National Cup Mudline has been updated at 11am and all fields closed and all games have been canceled for the upcoming weekend.

Cal South State Tournament Mud Lines 714.999.3444


----------



## Goforgoal (Jan 31, 2019)

Papa Teran said:


> National Cup Mudline has been updated at 11am and all fields closed and all games have been canceled for the upcoming weekend.
> 
> Cal South State Tournament Mud Lines 714.999.3444


Yep, Presidents Cup Mud Line now says the same, and the website has been updated ...

*> WEATHER . . (Updated: Wednesday Jan 31 @ 11:15AM). . All State Cup venues Are CLOSED, including now SilverLakes, Norco, for State Cup play February 2-3. Revised schedules for Feb 9-10 will be published by Tuesday Feb 5th.*


----------



## soccer661 (Jan 31, 2019)

I just got an email from Cal South at 11am that National Cup for G2007 was ON...??
So it must have literally just changed...everything closed now??


----------



## Messi>CR7 (Jan 31, 2019)

soccer661 said:


> I just got an email from Cal South at 11am that National Cup for G2007 was ON...??
> So it must have literally just changed...everything closed now??


https://2019nationalcupyoungers.sportsaffinity.com/Tour/public/info/accepted_list.asp?sessionguid=&tournamentguid=C194C1BE-EDD2-49A4-8F89-285BE99F235A&show=girls


----------



## Surfref (Jan 31, 2019)

Just watched the local weather ladies (Dagman and Aloha) and the forecast is for heavy rain 1-3 inches beginning late Friday night and going throughSunday evening.  My weather app says it will rain in Norco Saturday through Monday.  While they could play games at Silverlakes on the artificial turf fields I would rather not have my team play in the cold, rain and wind.


----------



## Soccer Cat (Feb 3, 2019)

Does anybody know if the teams the other National Cup weekends in February will be pushed back now that this weekend’s games were cancelled?


----------



## RedCard (Feb 3, 2019)

Soccer Cat said:


> Does anybody know if the teams the other National Cup weekends in February will be pushed back now that this weekend’s games were cancelled?

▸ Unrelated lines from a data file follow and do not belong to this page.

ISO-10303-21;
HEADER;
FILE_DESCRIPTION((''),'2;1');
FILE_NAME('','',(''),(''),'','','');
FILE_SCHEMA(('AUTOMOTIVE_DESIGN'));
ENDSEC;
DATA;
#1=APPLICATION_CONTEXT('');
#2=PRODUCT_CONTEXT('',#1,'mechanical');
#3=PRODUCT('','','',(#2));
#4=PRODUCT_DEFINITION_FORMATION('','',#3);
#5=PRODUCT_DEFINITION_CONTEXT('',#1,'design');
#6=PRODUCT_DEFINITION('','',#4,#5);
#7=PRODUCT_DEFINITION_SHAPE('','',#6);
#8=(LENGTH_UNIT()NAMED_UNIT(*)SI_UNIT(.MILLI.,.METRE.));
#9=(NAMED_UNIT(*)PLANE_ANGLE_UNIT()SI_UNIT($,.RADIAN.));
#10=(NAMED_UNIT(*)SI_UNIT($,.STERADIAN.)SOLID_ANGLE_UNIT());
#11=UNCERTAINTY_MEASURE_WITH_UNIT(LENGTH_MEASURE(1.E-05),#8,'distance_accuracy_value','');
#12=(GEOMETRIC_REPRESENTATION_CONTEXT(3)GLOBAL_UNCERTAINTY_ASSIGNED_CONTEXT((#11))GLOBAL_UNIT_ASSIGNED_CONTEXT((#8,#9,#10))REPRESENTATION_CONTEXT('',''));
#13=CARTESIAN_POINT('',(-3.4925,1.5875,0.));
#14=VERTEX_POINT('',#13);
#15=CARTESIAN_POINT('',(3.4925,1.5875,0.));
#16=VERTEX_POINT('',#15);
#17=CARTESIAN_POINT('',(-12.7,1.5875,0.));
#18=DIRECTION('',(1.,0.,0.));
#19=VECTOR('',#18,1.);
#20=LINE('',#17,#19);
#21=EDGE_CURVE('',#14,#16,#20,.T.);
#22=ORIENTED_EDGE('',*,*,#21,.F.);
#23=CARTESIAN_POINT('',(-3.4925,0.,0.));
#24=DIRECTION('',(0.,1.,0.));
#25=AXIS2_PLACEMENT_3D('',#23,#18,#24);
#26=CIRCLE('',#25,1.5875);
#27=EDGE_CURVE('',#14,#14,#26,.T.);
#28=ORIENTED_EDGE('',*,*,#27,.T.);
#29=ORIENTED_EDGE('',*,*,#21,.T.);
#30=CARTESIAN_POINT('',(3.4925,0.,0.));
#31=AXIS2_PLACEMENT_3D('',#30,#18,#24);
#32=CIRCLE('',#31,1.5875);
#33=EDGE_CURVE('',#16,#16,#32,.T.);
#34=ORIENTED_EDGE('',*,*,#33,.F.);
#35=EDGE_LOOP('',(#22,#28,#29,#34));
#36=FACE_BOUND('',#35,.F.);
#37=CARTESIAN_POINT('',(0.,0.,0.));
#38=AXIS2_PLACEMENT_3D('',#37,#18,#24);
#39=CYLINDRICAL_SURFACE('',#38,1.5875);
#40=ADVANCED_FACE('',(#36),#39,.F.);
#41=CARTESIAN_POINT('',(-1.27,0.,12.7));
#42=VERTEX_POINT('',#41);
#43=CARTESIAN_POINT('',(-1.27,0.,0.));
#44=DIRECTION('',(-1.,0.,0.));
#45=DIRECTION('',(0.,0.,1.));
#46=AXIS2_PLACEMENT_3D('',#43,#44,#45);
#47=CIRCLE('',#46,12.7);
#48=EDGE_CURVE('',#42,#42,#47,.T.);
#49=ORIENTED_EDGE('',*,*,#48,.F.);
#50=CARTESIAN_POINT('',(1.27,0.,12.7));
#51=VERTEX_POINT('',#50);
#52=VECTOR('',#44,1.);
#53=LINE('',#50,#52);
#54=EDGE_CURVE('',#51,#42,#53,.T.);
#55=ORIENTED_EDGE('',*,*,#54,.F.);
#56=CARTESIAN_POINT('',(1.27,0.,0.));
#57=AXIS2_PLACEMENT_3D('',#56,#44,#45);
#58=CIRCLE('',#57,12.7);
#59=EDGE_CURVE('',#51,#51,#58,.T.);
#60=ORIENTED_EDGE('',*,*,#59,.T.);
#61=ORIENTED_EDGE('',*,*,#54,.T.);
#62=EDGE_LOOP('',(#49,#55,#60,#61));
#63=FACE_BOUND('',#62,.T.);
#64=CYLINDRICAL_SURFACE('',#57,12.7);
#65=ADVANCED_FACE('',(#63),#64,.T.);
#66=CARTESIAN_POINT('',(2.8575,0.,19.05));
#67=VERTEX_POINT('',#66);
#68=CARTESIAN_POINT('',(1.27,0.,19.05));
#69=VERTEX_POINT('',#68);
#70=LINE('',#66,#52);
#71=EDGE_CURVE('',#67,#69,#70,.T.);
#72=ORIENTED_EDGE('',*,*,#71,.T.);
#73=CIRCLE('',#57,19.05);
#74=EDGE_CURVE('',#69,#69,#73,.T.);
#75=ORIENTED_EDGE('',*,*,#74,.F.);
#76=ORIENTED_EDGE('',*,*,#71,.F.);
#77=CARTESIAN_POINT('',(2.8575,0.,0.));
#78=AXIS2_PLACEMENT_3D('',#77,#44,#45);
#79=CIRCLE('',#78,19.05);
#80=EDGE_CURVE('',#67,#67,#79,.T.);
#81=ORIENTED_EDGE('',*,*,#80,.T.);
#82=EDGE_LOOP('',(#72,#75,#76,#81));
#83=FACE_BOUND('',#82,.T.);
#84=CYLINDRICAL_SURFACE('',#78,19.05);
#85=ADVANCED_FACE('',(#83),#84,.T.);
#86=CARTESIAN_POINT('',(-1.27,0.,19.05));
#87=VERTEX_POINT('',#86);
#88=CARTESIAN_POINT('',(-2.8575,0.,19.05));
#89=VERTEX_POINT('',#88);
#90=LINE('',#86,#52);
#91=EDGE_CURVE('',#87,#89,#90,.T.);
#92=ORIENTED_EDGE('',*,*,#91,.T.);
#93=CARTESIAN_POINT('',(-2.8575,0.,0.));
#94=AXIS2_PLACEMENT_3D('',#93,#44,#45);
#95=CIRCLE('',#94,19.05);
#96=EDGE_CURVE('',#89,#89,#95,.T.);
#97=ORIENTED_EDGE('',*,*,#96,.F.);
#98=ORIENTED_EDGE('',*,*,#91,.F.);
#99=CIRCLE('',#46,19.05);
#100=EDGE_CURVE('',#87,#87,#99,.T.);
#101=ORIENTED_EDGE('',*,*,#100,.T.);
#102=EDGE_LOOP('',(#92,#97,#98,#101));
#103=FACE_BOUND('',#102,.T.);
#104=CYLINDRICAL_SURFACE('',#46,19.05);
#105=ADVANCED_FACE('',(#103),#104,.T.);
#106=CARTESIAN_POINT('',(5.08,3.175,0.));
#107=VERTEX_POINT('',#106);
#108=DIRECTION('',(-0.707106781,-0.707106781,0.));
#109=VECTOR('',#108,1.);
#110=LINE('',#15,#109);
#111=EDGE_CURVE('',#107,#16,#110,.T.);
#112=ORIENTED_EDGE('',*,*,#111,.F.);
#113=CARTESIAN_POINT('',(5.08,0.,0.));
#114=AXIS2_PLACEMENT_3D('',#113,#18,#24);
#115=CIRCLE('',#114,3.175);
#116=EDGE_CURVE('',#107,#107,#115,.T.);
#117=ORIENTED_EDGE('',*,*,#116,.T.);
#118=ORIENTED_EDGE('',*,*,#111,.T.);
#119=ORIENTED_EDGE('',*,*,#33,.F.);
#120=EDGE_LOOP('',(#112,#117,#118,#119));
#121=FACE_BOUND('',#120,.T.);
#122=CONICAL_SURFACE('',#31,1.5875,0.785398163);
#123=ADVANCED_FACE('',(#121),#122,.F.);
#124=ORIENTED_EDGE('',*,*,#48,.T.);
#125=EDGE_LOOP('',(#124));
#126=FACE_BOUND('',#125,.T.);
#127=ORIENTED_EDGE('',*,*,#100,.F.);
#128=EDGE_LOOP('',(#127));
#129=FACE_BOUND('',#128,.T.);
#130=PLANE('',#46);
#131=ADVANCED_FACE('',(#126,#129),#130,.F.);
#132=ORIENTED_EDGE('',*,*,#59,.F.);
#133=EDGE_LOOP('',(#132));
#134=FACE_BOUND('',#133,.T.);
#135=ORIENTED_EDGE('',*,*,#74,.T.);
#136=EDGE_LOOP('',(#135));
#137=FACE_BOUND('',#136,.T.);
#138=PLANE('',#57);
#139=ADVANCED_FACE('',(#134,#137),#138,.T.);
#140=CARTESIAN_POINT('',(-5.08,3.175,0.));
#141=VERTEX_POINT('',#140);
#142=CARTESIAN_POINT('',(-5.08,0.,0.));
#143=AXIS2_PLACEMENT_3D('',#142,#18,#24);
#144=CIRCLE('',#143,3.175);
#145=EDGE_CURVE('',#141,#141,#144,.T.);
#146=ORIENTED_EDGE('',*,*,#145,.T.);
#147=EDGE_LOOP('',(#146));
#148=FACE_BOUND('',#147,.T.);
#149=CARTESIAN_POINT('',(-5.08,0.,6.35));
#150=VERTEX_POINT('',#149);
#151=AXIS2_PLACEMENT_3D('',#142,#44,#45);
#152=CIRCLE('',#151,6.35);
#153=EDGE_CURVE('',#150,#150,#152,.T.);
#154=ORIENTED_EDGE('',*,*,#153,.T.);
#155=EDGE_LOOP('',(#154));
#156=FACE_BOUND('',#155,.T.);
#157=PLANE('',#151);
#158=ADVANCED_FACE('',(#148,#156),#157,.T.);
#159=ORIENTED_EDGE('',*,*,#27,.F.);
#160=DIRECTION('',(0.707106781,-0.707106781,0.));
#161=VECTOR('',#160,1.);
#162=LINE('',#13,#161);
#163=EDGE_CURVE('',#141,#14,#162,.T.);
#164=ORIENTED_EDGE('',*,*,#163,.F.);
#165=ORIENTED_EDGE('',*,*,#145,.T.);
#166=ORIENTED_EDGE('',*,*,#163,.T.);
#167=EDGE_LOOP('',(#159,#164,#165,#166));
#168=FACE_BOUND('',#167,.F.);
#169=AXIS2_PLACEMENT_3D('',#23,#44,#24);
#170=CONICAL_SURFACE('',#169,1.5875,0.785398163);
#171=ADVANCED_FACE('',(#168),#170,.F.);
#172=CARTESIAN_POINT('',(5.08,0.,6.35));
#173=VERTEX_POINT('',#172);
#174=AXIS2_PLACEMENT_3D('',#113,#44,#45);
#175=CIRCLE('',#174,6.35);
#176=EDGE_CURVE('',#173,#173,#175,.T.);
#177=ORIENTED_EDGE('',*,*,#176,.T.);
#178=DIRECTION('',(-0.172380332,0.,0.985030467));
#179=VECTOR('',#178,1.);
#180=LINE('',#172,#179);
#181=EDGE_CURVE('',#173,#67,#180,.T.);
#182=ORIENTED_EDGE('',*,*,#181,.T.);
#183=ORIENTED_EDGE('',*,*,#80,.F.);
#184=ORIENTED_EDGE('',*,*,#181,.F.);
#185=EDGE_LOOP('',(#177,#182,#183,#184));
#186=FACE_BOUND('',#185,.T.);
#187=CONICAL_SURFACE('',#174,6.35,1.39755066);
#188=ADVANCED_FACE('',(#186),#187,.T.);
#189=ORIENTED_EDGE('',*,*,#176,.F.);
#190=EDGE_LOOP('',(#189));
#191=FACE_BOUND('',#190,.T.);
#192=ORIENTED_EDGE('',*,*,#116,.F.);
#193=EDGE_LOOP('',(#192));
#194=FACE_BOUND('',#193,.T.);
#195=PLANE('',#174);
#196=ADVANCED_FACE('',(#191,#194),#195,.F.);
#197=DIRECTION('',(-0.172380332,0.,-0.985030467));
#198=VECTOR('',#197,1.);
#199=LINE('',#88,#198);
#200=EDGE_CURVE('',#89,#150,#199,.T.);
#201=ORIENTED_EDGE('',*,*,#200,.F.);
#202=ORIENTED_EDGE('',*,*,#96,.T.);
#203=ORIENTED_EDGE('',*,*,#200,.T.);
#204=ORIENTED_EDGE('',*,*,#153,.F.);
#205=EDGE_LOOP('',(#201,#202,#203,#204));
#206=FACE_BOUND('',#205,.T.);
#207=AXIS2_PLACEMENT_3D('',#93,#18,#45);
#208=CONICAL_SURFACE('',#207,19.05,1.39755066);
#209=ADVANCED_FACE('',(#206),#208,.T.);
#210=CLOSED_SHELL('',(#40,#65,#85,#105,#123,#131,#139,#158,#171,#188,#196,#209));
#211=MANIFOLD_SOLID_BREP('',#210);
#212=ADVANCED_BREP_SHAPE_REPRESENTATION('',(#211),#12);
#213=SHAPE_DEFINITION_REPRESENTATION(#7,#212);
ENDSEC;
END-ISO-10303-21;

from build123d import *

# Parameters (mm, degrees)
F2_R     = 1.5875
F3_DEPTH = 12.7
F4_SIZE  = 1.5875


with BuildPart() as f1:
    # F0 (on Front) → F1 (revolve)
    with BuildSketch(Plane.XZ):
        Polygon((1.27, 12.7), (0, 12.7), (-1.27, 12.7), (-1.27, 19.05), (-2.8575, 19.05), (-5.08, 6.35), (-5.08, 0), (5.08, 0), (5.08, 6.35), (2.8575, 19.05), (1.27, 19.05), align=None)
    revolve(axis=Axis((0, 0, 0), (-1, 0, 0)))

    # F2 (on Right) → F3 (cut, symmetric)
    with BuildSketch(Plane.YZ):
        Circle(F2_R)
    extrude(amount=F3_DEPTH, both=True, mode=Mode.SUBTRACT)

    # F4
    f4_edges = [f1.edges().sort_by_distance(p)[0] for p in [
        (5.08, -1.5875, 0),
        (-5.08, -1.5875, 0),
    ]]
    chamfer(f4_edges, length=F4_SIZE)


solid = f1.part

I know that the G05 National Cup was suppose to start on Feb 23 and that the 1st round schedule was out, but now the schedule is down, so IMO they may be changing it. The 1st round was spread out over 2 weekends weekends with 1 game a day so maybe (again, just my opinion) 1 day will have 2 games. The only thing I really do know is that the 2 rained out weekends really threw a monkey wrench into the whole State/National Cup.


----------



## Caltek (Feb 3, 2019)

RedCard said:


> I know that the G05 National Cup was suppose to start on Feb 23 and that the 1st round schedule was out, but now the schedule is down, so IMO they may be changing it. The 1st round was spread out over 2 weekends weekends with 1 game a day so maybe (again, just my opinion) 1 day will have 2 games. The only thing I really do know is that the 2 rained out weekends really threw a monkey wrench into the whole State/National Cup.


You have to remember state cup was pushed up by 2 weeks this year. It has always started the last weekend of Jan and this year started the weekend of the 15th I believe. So I think they moved it up to have some flex ability with play dates due to the rain.


----------



## LASTMAN14 (Feb 3, 2019)

RedCard said:


> I know that the G05 National Cup was suppose to start on Feb 23 and that the 1st round schedule was out, but now the schedule is down, so IMO they may be changing it. The 1st round was spread out over 2 weekends weekends with 1 game a day so maybe (again, just my opinion) 1 day will have 2 games. The only thing I really do know is that the 2 rained out weekends really threw a monkey wrench into the whole State/National Cup.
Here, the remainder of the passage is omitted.